A good way to de-stress is to have some healing, also giving healing works too.


----------



## lydreina (Jul 14, 2012)

I'm not sure what is meant by having healing, giving healing.... would you mind explaining?


----------



## vershi (Nov 25, 2012)

I do Reiki and spiritual healing and everyone goes away feeling so much better, and I find in giving the healing I also benefit from the energies.


----------



## Mz Molly (May 31, 2012)

Watch this spot for a wonderful story my dh and I read this morning. It is about being happy in every situation. Nope not going to show you now .... must wait ... tummy bug only lets me on computer just a short time at a time. But you will like it I hope.


----------



## Mz Molly (May 31, 2012)

have some great fun here AFTER I get back on my feet or fingers on the keys so to speak .... just keep watching


----------



## Mz Molly (May 31, 2012)

WALK A WAY F-A-S-T Very Very Fast

I won't even honor the topic I just saw by naming it. While it was not a vent or angry it WAS stupid and demeaning to some folks.

So I simply said this discussion stinks and I will not be coming back. And I left immediately.

I am hurting so bad inside for PeanutPatty and the loss of her husband today I just cannot take one more person saying one more naughty or unkind or unnice thing about someone else or something someone else like to do.

I love you all here sooooo much in our own little world.

My happy thought today ..... My friend and I got our show income sheets done and I got my person spreadsheet ready for taxes.

I love you all sooo much and am counting on you to protect me when THEY come looking for me. Feel soooo much better.

Yep just walk away really really fast.


----------



## unie (Dec 4, 2011)

We have your back,I'm sure!  Praying is my way to deal with stress.


----------



## lydreina (Jul 14, 2012)

I always pray when stressed. It helps to remind me that the answer I think I want isn't always the right one. You all are in my prayers, I pray that you might find relief from your burdens and know His presence.


----------



## vershi (Nov 25, 2012)

We are right behind you all the way, sending you hugs, thoughts and prayers.xx


----------



## Mz Molly (May 31, 2012)

DESERT STORM DEALS WITH STRESS

Desert Storm was a brown and tan lhasa apso born during Desert Storm and that is how he got his name. He taught me how to deal with stress.
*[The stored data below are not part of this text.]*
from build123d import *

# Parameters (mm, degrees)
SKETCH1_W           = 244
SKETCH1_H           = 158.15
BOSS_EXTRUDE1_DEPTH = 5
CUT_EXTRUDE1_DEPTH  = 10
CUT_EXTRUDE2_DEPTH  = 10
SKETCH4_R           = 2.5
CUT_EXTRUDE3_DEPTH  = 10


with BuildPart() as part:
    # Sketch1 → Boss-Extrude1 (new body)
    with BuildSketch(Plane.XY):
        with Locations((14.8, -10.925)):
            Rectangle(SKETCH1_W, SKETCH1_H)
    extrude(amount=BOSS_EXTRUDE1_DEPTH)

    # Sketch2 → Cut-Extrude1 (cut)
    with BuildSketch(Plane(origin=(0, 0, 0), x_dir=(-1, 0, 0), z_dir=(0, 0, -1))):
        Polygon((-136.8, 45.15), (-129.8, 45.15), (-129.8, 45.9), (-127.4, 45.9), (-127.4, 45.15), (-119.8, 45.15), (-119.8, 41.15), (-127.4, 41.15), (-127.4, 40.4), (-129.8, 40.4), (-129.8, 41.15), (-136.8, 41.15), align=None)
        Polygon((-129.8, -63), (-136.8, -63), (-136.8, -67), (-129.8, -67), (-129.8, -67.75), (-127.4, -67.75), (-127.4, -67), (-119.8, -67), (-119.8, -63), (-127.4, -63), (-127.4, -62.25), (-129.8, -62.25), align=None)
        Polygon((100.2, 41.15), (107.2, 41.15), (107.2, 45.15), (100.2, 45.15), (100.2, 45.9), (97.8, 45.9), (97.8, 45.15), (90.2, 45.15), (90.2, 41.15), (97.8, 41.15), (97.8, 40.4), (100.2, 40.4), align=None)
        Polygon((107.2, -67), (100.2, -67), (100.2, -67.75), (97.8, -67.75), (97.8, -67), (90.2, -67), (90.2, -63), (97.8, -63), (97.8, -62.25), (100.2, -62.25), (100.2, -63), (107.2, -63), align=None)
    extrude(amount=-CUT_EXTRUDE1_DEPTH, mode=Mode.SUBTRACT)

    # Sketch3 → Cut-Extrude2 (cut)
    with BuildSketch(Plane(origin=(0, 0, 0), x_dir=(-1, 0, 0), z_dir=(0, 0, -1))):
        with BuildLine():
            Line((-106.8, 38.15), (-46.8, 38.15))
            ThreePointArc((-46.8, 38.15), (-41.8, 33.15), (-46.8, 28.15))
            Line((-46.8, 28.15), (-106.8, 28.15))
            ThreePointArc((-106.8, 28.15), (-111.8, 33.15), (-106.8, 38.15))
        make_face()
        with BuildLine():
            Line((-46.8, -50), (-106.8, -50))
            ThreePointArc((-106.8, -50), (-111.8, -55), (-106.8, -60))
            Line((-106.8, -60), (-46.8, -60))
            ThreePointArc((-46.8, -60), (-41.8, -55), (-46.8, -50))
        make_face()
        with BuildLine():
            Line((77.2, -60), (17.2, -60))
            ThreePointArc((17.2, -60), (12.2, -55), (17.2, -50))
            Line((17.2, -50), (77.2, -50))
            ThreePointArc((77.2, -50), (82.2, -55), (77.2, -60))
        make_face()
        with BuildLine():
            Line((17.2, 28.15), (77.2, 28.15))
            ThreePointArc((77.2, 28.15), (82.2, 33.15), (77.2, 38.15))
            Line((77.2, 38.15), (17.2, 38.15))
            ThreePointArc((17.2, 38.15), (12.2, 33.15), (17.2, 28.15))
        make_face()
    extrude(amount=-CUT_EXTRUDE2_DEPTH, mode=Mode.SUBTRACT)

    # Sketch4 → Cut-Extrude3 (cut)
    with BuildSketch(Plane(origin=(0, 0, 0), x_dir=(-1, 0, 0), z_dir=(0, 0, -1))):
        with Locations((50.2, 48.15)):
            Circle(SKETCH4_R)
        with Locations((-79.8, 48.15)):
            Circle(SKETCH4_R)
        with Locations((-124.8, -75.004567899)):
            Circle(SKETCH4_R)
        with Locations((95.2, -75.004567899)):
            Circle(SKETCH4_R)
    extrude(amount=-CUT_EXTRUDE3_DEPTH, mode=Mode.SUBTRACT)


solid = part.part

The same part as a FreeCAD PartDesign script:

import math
import FreeCAD as App
import Part
import Sketcher
Q = App.Units.Quantity

doc = App.newDocument("Part")
body = doc.addObject("PartDesign::Body", "Body")

sketch1 = body.newObject("Sketcher::SketchObject", "Sketch")
sketch1.AttachmentSupport = (doc.getObject("XY_Plane"), [""])
sketch1.MapMode = "FlatFace"
sketch1.addGeometry([
    Part.LineSegment(App.Vector(-107, 68, 0), App.Vector(-107, -90, 0)),
    Part.LineSegment(App.Vector(-107, -90, 0), App.Vector(137, -90, 0)),
    Part.LineSegment(App.Vector(137, -90, 0), App.Vector(137, 68, 0)),
    Part.LineSegment(App.Vector(137, 68, 0), App.Vector(-107, 68, 0)),
], False)
sketch1.addConstraint([
    Sketcher.Constraint("Coincident", 0, 2, 1, 1),
    Sketcher.Constraint("Coincident", 1, 2, 2, 1),
    Sketcher.Constraint("Coincident", 2, 2, 3, 1),
    Sketcher.Constraint("Coincident", 3, 2, 0, 1),
    Sketcher.Constraint("Vertical", 0),
    Sketcher.Constraint("Horizontal", 1),
    Sketcher.Constraint("Vertical", 2),
    Sketcher.Constraint("Horizontal", 3),
    Sketcher.Constraint("DistanceX", 1, 1, 1, 2, Q("244 mm")),
    Sketcher.Constraint("DistanceY", 0, 2, -1, 1, Q("90 mm")),
    Sketcher.Constraint("DistanceY", 0, 2, 0, 1, Q("158.15 mm")),
    Sketcher.Constraint("DistanceX", 0, 2, -1, 1, Q("107.2 mm")),
])
pad1 = body.newObject("PartDesign::Pad", "Pad")
pad1.Profile = sketch1
pad1.Length = 5

sketch2 = body.newObject("Sketcher::SketchObject", "Sketch001")
sketch2.AttachmentSupport = (doc.getObject("XY_Plane"), [""])
sketch2.MapMode = "FlatFace"
sketch2.addGeometry([
    Part.LineSegment(App.Vector(129.8, 45.1, 0), App.Vector(136.8, 45.1, 0)),
    Part.LineSegment(App.Vector(136.8, 45.1, 0), App.Vector(136.8, 41.1, 0)),
    Part.LineSegment(App.Vector(136.8, 41.1, 0), App.Vector(129.8, 41.1, 0)),
    Part.LineSegment(App.Vector(129.8, 41.1, 0), App.Vector(129.8, 40.4, 0)),
    Part.LineSegment(App.Vector(129.8, 40.4, 0), App.Vector(127.4, 40.4, 0)),
    Part.LineSegment(App.Vector(127.4, 40.4, 0), App.Vector(127.4, 41.1, 0)),
    Part.LineSegment(App.Vector(127.4, 41.1, 0), App.Vector(119.8, 41.1, 0)),
    Part.LineSegment(App.Vector(119.8, 41.1, 0), App.Vector(119.8, 45.1, 0)),
    Part.LineSegment(App.Vector(119.8, 45.1, 0), App.Vector(127.4, 45.1, 0)),
    Part.LineSegment(App.Vector(127.4, 45.1, 0), App.Vector(127.4, 45.9, 0)),
    Part.LineSegment(App.Vector(127.4, 45.9, 0), App.Vector(129.8, 45.9, 0)),
    Part.LineSegment(App.Vector(129.8, 45.9, 0), App.Vector(129.8, 45.1, 0)),
    Part.LineSegment(App.Vector(129.8, -63, 0), App.Vector(136.8, -63, 0)),
    Part.LineSegment(App.Vector(136.8, -63, 0), App.Vector(136.8, -67, 0)),
    Part.LineSegment(App.Vector(136.8, -67, 0), App.Vector(129.8, -67, 0)),
    Part.LineSegment(App.Vector(129.8, -67, 0), App.Vector(129.8, -67.8, 0)),
    Part.LineSegment(App.Vector(129.8, -67.8, 0), App.Vector(127.4, -67.8, 0)),
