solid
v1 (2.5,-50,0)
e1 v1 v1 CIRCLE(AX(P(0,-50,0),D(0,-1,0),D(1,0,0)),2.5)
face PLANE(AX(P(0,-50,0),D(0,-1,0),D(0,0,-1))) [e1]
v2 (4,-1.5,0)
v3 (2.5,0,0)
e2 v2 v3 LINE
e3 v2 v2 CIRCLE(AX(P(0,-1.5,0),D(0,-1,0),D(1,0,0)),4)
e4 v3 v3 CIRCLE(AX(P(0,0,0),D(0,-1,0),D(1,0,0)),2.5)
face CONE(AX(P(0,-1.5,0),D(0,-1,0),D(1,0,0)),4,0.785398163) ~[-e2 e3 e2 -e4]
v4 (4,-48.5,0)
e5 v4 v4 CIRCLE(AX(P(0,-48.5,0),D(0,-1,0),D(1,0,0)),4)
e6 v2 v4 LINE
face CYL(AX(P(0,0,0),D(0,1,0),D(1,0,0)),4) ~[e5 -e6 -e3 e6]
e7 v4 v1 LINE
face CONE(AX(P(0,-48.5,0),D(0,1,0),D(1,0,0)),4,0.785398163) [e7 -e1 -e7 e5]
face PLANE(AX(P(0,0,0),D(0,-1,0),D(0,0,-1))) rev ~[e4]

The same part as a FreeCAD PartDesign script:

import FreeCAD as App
import Part
import Sketcher

V = App.Vector
Q = App.Units.Quantity


def edges_at(feature, points):
    """Names of the edges that pass closest to the given points."""
    edges = feature.Shape.Edges
    near = lambda p: min(range(len(edges)), key=lambda i: edges[i].distToShape(Part.Vertex(*p))[0])
    return sorted({f"Edge{near(p) + 1}" for p in points})

doc = App.newDocument("Part")
body = doc.addObject("PartDesign::Body", "Body")

sketch1 = body.newObject("Sketcher::SketchObject", "Sketch")
sketch1.AttachmentSupport = (doc.getObject("XZ_Plane"), [""])
sketch1.MapMode = "FlatFace"
sketch1.addGeometry(Part.Circle(V(0, 0, 0), V(0, 0, 1), 4), False)
sketch1.addConstraint([
    Sketcher.Constraint("Coincident", 0, 3, -1, 1),
    Sketcher.Constraint("Diameter", 0, Q("8 mm")),
])
pad1 = body.newObject("PartDesign::Pad", "Pad")
pad1.Profile = sketch1
pad1.Length = 50
doc.recompute()

chamfer = body.newObject("PartDesign::Chamfer", "Chamfer")
chamfer.Base = (pad1, edges_at(pad1, [(-4, -50, 0), (-4, 0, 0)]))
chamfer.Size = 1.5

doc.recompute()
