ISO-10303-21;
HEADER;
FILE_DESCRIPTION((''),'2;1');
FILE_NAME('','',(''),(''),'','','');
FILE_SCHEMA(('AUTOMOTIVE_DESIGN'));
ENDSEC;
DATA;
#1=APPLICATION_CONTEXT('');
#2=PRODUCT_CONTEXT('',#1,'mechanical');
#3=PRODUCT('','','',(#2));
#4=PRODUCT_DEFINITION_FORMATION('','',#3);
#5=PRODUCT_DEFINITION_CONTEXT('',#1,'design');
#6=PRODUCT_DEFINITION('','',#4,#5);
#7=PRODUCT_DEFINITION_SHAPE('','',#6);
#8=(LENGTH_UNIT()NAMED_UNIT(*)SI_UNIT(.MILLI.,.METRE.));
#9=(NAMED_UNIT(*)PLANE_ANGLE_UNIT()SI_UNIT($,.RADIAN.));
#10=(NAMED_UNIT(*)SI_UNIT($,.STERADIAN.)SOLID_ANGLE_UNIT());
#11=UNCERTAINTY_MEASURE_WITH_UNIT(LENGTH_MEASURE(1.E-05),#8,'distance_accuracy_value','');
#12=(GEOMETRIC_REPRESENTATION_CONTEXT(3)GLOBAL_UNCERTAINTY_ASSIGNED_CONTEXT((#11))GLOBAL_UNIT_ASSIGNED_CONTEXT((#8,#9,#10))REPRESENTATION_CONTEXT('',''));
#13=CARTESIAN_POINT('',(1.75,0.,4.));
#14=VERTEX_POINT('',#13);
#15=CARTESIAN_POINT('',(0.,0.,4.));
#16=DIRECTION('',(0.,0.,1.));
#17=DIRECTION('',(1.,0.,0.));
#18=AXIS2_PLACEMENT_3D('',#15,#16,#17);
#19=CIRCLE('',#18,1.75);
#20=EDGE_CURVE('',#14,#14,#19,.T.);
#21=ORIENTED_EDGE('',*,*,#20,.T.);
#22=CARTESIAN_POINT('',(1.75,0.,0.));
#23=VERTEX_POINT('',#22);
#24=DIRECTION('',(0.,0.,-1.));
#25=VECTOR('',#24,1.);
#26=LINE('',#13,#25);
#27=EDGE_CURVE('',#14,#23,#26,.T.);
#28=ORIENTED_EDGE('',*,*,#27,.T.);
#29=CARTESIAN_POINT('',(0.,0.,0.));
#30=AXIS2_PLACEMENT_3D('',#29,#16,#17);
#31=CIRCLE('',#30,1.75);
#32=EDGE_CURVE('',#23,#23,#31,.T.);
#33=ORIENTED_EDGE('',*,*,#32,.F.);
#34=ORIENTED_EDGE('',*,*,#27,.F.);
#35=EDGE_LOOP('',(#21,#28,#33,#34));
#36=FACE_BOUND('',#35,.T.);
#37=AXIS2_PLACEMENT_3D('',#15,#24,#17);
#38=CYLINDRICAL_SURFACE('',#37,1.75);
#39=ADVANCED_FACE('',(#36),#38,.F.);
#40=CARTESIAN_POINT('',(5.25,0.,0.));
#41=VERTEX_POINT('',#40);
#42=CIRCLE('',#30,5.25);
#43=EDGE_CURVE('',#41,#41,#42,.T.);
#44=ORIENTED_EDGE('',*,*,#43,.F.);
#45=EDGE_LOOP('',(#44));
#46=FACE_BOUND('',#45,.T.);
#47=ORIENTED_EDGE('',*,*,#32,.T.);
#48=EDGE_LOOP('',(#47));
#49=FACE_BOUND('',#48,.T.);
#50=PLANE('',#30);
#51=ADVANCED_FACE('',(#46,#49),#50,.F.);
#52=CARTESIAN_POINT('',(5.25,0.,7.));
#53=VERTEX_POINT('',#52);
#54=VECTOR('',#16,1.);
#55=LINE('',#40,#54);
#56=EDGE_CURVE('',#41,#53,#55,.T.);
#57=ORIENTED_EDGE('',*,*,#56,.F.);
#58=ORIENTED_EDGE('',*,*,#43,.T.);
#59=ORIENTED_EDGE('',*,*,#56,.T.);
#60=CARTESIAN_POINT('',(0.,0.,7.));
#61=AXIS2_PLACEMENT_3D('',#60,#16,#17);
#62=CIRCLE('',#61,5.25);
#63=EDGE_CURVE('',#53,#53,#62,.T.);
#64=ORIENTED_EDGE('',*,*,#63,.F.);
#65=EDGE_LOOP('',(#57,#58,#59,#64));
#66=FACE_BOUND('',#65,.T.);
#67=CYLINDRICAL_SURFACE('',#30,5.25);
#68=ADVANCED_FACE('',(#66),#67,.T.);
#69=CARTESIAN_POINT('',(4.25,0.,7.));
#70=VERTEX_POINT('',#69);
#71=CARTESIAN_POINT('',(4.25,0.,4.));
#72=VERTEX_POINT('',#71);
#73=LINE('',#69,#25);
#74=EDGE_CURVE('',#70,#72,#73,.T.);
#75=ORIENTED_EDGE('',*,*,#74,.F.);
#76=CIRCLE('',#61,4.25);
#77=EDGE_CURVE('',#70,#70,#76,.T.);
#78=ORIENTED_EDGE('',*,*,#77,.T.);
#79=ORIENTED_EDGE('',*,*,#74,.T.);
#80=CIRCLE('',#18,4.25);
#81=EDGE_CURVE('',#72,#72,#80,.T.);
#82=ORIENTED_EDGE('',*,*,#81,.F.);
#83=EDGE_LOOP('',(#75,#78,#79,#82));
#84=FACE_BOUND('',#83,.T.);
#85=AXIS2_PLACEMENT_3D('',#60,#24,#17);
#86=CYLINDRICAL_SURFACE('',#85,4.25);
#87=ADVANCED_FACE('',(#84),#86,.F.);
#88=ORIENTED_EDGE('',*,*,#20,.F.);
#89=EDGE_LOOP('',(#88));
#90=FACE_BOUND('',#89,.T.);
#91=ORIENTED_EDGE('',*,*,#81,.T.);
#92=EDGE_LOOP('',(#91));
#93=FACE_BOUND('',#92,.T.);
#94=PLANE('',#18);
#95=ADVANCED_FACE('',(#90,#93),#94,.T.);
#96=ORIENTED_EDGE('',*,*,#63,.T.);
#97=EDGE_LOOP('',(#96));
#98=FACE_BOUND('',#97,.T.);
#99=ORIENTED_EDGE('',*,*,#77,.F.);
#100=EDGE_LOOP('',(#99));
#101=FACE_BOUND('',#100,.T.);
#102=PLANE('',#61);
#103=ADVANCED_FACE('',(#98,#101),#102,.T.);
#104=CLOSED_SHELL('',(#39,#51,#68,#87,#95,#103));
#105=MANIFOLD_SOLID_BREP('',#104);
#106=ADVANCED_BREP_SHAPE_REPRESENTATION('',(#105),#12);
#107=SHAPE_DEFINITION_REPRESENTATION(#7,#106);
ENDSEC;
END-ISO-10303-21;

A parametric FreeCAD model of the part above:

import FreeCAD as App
import Part
import Sketcher
from FreeCAD import Vector
Q = App.Units.Quantity

doc = App.newDocument("Part")
body = doc.addObject("PartDesign::Body", "Body")

# Sketch on XZ plane
sketch1 = body.newObject("Sketcher::SketchObject", "Sketch")
sketch1.AttachmentSupport = (doc.getObject("XZ_Plane"), [""])
sketch1.MapMode = "FlatFace"
sketch1.addGeometry([
    Part.LineSegment(Vector(1.8, 0, 0), Vector(5.2, 0, 0)),  # 0
    Part.LineSegment(Vector(5.2, 0, 0), Vector(5.2, 7, 0)),  # 1
    Part.LineSegment(Vector(5.2, 7, 0), Vector(4.2, 7, 0)),  # 2
    Part.LineSegment(Vector(4.2, 7, 0), Vector(4.2, 4, 0)),  # 3
    Part.LineSegment(Vector(4.2, 4, 0), Vector(1.8, 4, 0)),  # 4
    Part.LineSegment(Vector(1.8, 4, 0), Vector(1.8, 0, 0)),  # 5
], False)
sketch1.addConstraint([
    Sketcher.Constraint("Coincident", 0, 2, 1, 1),
    Sketcher.Constraint("Coincident", 1, 2, 2, 1),
    Sketcher.Constraint("Coincident", 2, 2, 3, 1),
    Sketcher.Constraint("Coincident", 3, 2, 4, 1),
    Sketcher.Constraint("Coincident", 4, 2, 5, 1),
    Sketcher.Constraint("Coincident", 5, 2, 0, 1),
    Sketcher.Constraint("Horizontal", 0),
    Sketcher.Constraint("Vertical", 1),
    Sketcher.Constraint("Horizontal", 2),
    Sketcher.Constraint("Vertical", 3),
    Sketcher.Constraint("Horizontal", 4),
    Sketcher.Constraint("Vertical", 5),
    Sketcher.Constraint("PointOnObject", 0, 2, -1),
    Sketcher.Constraint("DistanceX", 2, 2, 2, 1, Q("1 mm")),
    Sketcher.Constraint("DistanceY", 1, 1, 1, 2, Q("7 mm")),
    Sketcher.Constraint("DistanceY", 3, 2, 3, 1, Q("3 mm")),
    Sketcher.Constraint("DistanceX", 0, 1, 0, 2, Q("3.5 mm")),
    Sketcher.Constraint("DistanceX", -1, 1, 0, 2, Q("5.25 mm")),
])
revolution = body.newObject("PartDesign::Revolution", "Revolution")
revolution.Profile = sketch1
revolution.ReferenceAxis = (sketch1, ["V_Axis"])
revolution.Angle = 360

doc.recompute()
Never let anyone tell you - you cannot do it -- not even yourself:

Desert would run around the living room from one piece of furniture to another until he stopped on top the back of the sofa and then plunk onto the floor. But he did not listen when I said he could not do it and eventually he could spin on a dime up there.

Next point while he was laying there he could see out two windows - one to the street the othe to the school

Watch for opportuities he called it. You never knew who might be coming down the street. A horse and buggy for example. And Marc our son might be coming home from school. So watch for those opportunities.

Finally when we could not find him he would be laying in a sun spot. Rejuvinating himself. And ladies, we are guilty of this. We do and do and do for everyone else and forget us.

Not Desert, laying in the sun relaxing like in a bubble bath for us.

So when things get hairy sorry about the pun remember little Desert .......
Don't listen to anything negative about you even from you
Watch for opportunities
Don't forget the sun spots


----------



## Jenny E (Sep 5, 2011)

Now there is something to remember. Watch for opportunities.. You know, with your head down you can't see opportunities. Note to self... keep my head up! now that has got to help. 

Thanks for that story Mz Molly. It's a good one


----------



## lydreina (Jul 14, 2012)

sweet destresser...what we can learn from our pets is enormous . As my husband (who thinks he is funny!) says, "Lock your dog and your wife in the trunk, come back 2 hours later and see which one is happy to see you!!!"


----------



## Moosie (Oct 29, 2012)

This is me to-day!!!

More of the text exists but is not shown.